This guest editorial from Helen Disney, director of the Stockholm Network, considers the likely impact of the EU’s new six-month Czech Presidency
Despite not being a ‘core competency’ of the European Union, health policy has nevertheless risen up the political agenda in Brussels in the last few years. So, as we kick off a new six-month period, with the EU Presidency being overseen by the Czech Republic, what is on the cards when it comes to healthcare?
Strictly speaking, the main focus of this Presidency is, unsurprisingly, the economy. Even so, a number of key health priorities have been outlined in the Czech Presidency’s formal work programme - including patients’ rights to cross-border healthcare; financial sustainability of healthcare systems; and e-health and telemedicine.
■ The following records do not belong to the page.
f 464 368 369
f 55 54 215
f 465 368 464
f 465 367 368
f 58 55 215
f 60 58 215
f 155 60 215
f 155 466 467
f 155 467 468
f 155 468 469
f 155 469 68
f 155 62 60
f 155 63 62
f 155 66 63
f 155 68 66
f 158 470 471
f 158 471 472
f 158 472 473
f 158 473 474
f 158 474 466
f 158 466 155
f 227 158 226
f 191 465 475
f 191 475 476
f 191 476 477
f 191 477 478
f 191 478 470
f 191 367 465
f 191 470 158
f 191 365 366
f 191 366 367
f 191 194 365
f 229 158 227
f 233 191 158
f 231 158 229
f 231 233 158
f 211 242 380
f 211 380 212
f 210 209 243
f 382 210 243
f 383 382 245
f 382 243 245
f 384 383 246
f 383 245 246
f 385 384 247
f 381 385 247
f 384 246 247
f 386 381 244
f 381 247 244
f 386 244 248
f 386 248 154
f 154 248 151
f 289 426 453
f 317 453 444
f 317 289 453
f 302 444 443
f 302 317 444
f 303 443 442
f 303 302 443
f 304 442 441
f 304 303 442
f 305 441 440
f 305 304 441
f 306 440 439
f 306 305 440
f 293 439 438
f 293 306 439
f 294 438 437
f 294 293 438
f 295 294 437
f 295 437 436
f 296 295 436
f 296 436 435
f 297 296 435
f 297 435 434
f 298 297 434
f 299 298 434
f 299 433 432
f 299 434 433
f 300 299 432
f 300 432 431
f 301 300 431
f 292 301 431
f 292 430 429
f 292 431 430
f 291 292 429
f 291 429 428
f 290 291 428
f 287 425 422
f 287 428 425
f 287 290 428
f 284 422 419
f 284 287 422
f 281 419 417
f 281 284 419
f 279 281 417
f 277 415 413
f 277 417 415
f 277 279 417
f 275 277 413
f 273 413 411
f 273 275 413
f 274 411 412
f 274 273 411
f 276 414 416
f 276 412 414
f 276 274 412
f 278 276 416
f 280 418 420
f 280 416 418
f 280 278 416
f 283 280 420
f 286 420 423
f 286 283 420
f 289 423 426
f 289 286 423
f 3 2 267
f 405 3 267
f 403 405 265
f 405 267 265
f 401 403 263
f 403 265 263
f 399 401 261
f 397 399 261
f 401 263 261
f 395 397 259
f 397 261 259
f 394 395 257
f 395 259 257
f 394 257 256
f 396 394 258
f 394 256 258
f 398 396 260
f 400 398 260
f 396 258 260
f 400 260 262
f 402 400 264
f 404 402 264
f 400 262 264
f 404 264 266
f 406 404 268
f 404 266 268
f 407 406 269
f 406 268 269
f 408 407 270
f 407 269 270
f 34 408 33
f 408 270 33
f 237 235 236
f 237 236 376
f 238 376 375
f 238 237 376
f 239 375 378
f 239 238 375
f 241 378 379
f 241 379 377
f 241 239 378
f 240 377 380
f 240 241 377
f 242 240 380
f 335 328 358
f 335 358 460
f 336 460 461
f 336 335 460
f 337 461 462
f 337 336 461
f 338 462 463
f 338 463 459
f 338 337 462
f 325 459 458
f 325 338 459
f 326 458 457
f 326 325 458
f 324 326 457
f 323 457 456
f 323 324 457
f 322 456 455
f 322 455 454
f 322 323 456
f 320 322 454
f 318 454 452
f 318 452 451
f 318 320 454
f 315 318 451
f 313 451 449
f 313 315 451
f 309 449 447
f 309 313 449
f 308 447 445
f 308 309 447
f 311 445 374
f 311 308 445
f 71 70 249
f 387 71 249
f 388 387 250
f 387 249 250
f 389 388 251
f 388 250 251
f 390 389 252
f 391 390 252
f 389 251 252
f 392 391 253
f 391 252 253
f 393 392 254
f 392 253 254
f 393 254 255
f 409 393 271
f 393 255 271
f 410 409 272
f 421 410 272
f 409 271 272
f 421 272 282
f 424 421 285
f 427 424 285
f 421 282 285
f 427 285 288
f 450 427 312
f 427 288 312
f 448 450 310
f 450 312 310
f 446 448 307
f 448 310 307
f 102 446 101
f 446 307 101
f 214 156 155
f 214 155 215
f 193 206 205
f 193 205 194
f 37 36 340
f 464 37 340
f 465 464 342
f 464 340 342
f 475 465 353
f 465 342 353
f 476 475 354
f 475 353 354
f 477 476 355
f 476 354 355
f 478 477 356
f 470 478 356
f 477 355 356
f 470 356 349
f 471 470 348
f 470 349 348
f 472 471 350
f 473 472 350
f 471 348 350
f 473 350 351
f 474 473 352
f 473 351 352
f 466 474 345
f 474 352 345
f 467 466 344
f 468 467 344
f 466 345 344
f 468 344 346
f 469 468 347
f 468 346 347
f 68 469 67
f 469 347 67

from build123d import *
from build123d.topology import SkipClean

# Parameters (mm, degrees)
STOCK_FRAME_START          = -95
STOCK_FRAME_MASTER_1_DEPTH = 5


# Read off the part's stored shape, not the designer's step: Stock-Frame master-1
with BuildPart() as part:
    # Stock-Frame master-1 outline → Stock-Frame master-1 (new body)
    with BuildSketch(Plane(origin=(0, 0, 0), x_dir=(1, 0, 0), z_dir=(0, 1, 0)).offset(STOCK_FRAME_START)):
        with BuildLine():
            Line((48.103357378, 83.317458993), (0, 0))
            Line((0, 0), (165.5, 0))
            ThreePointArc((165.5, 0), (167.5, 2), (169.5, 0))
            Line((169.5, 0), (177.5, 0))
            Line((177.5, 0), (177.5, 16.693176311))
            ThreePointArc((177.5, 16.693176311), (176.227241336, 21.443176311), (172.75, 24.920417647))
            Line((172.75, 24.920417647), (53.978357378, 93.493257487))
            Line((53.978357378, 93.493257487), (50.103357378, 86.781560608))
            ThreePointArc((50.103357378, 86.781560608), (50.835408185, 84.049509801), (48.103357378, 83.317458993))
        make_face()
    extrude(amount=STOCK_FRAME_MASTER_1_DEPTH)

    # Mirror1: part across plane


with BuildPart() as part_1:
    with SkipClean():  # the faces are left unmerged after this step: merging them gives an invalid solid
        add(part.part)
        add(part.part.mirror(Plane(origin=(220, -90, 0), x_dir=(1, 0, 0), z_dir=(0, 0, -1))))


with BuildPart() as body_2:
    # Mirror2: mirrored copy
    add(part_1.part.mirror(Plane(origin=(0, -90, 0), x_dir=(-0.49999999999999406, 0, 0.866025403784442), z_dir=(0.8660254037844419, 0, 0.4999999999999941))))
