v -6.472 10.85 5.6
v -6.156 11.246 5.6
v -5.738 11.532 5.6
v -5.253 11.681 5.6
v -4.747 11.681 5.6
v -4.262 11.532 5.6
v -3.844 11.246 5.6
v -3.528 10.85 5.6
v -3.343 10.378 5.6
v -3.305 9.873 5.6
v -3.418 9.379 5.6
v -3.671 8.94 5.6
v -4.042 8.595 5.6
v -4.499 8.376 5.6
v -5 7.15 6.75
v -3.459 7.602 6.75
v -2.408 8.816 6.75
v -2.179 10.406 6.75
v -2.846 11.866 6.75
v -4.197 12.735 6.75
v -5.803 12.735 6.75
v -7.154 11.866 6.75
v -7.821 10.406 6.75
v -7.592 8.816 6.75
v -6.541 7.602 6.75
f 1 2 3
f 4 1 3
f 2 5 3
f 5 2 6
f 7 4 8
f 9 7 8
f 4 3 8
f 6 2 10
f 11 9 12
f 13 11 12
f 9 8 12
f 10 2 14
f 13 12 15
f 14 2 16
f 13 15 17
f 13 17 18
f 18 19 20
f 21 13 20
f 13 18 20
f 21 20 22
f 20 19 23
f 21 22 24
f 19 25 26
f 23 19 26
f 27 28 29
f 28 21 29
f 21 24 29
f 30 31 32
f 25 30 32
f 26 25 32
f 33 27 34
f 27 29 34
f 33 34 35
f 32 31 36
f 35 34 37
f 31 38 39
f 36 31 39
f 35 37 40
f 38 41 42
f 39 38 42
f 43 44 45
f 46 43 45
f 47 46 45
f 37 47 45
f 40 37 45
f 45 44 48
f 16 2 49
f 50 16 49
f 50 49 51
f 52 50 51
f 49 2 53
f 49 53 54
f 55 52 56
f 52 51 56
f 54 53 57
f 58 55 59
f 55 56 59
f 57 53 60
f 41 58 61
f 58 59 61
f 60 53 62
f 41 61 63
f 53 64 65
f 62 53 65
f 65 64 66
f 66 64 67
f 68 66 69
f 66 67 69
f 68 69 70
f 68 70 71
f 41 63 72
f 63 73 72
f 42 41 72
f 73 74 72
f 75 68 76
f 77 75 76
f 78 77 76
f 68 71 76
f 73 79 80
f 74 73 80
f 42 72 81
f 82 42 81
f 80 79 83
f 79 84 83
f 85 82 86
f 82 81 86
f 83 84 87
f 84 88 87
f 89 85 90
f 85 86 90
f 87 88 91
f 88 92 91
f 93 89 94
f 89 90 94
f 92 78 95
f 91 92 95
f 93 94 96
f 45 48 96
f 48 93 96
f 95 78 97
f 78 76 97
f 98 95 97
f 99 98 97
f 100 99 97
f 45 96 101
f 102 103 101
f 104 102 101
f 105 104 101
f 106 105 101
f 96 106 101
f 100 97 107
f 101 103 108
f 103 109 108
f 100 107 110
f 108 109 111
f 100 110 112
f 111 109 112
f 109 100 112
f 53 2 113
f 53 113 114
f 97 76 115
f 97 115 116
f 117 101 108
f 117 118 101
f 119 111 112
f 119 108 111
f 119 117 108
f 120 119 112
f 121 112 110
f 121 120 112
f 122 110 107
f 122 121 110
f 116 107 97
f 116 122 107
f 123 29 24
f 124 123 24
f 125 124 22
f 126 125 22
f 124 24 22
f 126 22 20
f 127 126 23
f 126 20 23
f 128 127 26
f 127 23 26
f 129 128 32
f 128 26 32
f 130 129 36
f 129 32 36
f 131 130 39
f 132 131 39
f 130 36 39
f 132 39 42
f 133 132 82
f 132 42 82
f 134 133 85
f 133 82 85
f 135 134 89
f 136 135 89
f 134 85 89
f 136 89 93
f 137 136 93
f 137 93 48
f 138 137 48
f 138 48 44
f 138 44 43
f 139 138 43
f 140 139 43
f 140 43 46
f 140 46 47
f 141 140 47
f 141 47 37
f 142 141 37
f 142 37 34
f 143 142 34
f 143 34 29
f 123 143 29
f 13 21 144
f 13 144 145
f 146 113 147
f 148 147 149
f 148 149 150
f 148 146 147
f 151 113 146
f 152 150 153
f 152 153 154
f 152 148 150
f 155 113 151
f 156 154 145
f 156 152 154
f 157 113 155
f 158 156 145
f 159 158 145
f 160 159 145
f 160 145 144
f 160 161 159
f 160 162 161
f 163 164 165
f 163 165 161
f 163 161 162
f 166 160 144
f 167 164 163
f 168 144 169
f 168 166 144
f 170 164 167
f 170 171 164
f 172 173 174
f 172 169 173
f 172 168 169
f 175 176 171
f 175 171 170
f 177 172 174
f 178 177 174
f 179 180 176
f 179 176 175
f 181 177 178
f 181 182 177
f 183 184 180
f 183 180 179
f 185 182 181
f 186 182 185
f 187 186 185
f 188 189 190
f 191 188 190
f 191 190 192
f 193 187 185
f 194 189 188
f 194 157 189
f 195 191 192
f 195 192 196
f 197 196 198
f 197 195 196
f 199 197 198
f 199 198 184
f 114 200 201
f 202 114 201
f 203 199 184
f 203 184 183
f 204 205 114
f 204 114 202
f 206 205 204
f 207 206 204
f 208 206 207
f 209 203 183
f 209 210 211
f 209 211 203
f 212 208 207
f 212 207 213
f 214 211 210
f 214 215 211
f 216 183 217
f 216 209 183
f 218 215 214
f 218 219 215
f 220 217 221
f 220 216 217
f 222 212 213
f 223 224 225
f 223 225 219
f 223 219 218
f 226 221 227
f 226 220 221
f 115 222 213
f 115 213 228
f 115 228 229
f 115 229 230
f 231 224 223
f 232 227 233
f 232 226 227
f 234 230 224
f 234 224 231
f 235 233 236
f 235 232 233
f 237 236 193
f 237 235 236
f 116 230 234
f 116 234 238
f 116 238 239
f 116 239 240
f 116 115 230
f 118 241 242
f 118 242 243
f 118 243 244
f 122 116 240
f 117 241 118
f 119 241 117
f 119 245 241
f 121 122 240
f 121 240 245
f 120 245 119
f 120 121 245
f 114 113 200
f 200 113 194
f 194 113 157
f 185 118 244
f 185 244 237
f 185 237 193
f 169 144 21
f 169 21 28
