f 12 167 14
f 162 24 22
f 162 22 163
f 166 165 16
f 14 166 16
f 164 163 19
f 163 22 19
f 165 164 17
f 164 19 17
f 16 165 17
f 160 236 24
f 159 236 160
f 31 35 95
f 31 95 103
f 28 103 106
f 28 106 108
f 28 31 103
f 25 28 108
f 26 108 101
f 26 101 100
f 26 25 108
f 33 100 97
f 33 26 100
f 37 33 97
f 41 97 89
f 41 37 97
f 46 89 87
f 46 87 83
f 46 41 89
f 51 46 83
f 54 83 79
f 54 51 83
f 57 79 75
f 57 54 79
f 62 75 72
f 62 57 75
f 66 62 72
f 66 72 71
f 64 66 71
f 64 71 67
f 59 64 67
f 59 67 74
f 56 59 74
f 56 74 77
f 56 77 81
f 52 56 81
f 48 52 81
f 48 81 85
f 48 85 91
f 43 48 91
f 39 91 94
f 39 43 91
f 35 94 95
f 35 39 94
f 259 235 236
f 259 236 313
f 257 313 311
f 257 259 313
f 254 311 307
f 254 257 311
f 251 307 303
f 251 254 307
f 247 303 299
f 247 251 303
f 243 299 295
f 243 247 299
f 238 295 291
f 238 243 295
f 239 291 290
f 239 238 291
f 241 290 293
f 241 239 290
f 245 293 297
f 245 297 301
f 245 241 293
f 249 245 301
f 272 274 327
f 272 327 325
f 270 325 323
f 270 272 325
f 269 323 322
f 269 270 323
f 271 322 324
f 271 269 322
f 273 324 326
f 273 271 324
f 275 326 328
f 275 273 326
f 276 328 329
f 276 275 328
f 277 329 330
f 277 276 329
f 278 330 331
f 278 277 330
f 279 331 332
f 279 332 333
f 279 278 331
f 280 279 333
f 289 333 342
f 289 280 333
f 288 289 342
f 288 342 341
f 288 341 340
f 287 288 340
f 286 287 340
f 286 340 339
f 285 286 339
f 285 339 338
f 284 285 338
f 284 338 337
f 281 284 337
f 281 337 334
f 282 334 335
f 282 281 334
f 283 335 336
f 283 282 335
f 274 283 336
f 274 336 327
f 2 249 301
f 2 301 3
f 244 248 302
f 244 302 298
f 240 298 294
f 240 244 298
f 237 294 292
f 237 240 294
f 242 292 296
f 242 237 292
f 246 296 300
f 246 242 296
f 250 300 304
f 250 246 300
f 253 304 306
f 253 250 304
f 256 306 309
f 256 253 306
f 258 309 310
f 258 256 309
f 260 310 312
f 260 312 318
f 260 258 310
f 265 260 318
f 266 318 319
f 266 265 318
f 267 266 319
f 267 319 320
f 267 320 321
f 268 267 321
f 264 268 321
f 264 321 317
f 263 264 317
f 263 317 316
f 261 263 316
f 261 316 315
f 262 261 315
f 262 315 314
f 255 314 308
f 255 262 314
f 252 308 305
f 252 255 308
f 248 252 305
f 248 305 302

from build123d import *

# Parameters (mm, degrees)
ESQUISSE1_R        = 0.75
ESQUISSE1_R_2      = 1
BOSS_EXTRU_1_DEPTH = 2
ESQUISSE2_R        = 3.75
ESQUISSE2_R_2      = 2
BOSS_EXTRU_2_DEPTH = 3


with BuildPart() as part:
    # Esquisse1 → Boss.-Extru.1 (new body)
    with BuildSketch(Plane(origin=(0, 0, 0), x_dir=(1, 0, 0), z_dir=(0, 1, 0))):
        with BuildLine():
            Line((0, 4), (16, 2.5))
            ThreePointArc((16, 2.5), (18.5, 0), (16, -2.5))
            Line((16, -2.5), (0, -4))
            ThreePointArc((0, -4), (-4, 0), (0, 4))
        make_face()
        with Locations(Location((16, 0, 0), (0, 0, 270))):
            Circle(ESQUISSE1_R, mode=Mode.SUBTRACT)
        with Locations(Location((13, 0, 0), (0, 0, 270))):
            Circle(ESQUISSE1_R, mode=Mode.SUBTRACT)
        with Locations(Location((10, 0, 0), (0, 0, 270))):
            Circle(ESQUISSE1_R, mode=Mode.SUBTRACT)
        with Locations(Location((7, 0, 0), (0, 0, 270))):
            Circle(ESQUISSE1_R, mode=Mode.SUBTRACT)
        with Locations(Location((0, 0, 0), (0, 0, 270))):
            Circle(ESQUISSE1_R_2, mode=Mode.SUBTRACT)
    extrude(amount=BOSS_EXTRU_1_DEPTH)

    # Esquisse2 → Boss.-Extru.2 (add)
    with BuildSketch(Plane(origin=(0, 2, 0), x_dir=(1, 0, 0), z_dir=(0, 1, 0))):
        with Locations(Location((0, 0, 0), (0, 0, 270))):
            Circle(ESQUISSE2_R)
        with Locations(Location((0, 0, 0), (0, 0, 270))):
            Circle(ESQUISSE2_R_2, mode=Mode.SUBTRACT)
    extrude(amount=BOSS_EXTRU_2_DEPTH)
Looking at the first two items alone, significant challenges lie ahead. In theory, the EU is in favour of patient mobility. Yet the issue remains highly controversial. While most European politicians support the expansion of the single market, when last it was formally debated, health and social care was thrown out of the service directive on the grounds that such welfare services could not be given the same treatment as, say, financial services or telecommunications.
However, attitudes appear to be changing.
The trend for patients to travel overseas for treatment is growing all the time. The fundamental principle of patient mobility is also being used by frustrated patients eager to exert their right to choose and put pressure on over-stretched national health systems like the UK’s NHS, which still have long waiting times even for essential treatments.
Indeed, today’s unveiling of a new NHS constitution by Health Secretary Alan Johnson enshrines limited rights for UK patients to receive treatment abroad.
Europe sans frontieres?
Whatever happens with the new Cross-Border Healthcare Directive, which receives its first reading in April or May, the likely trend is for more and more patients to expect the right to cross-border healthcare, and even to choose to use it.
If Europe’s decision-makers want to live up to the Czech Republic’s slogan of ‘Europe Without Barriers’, then surely they must include extending the single market in healthcare? As their own work programme for the next six months states, “the issue is, above all, to remove any barriers that still stand in the way of the full utilisation of all internal market freedoms, namely the free movement of workers and services, as well as the extraordinarily promising movement of knowledge”.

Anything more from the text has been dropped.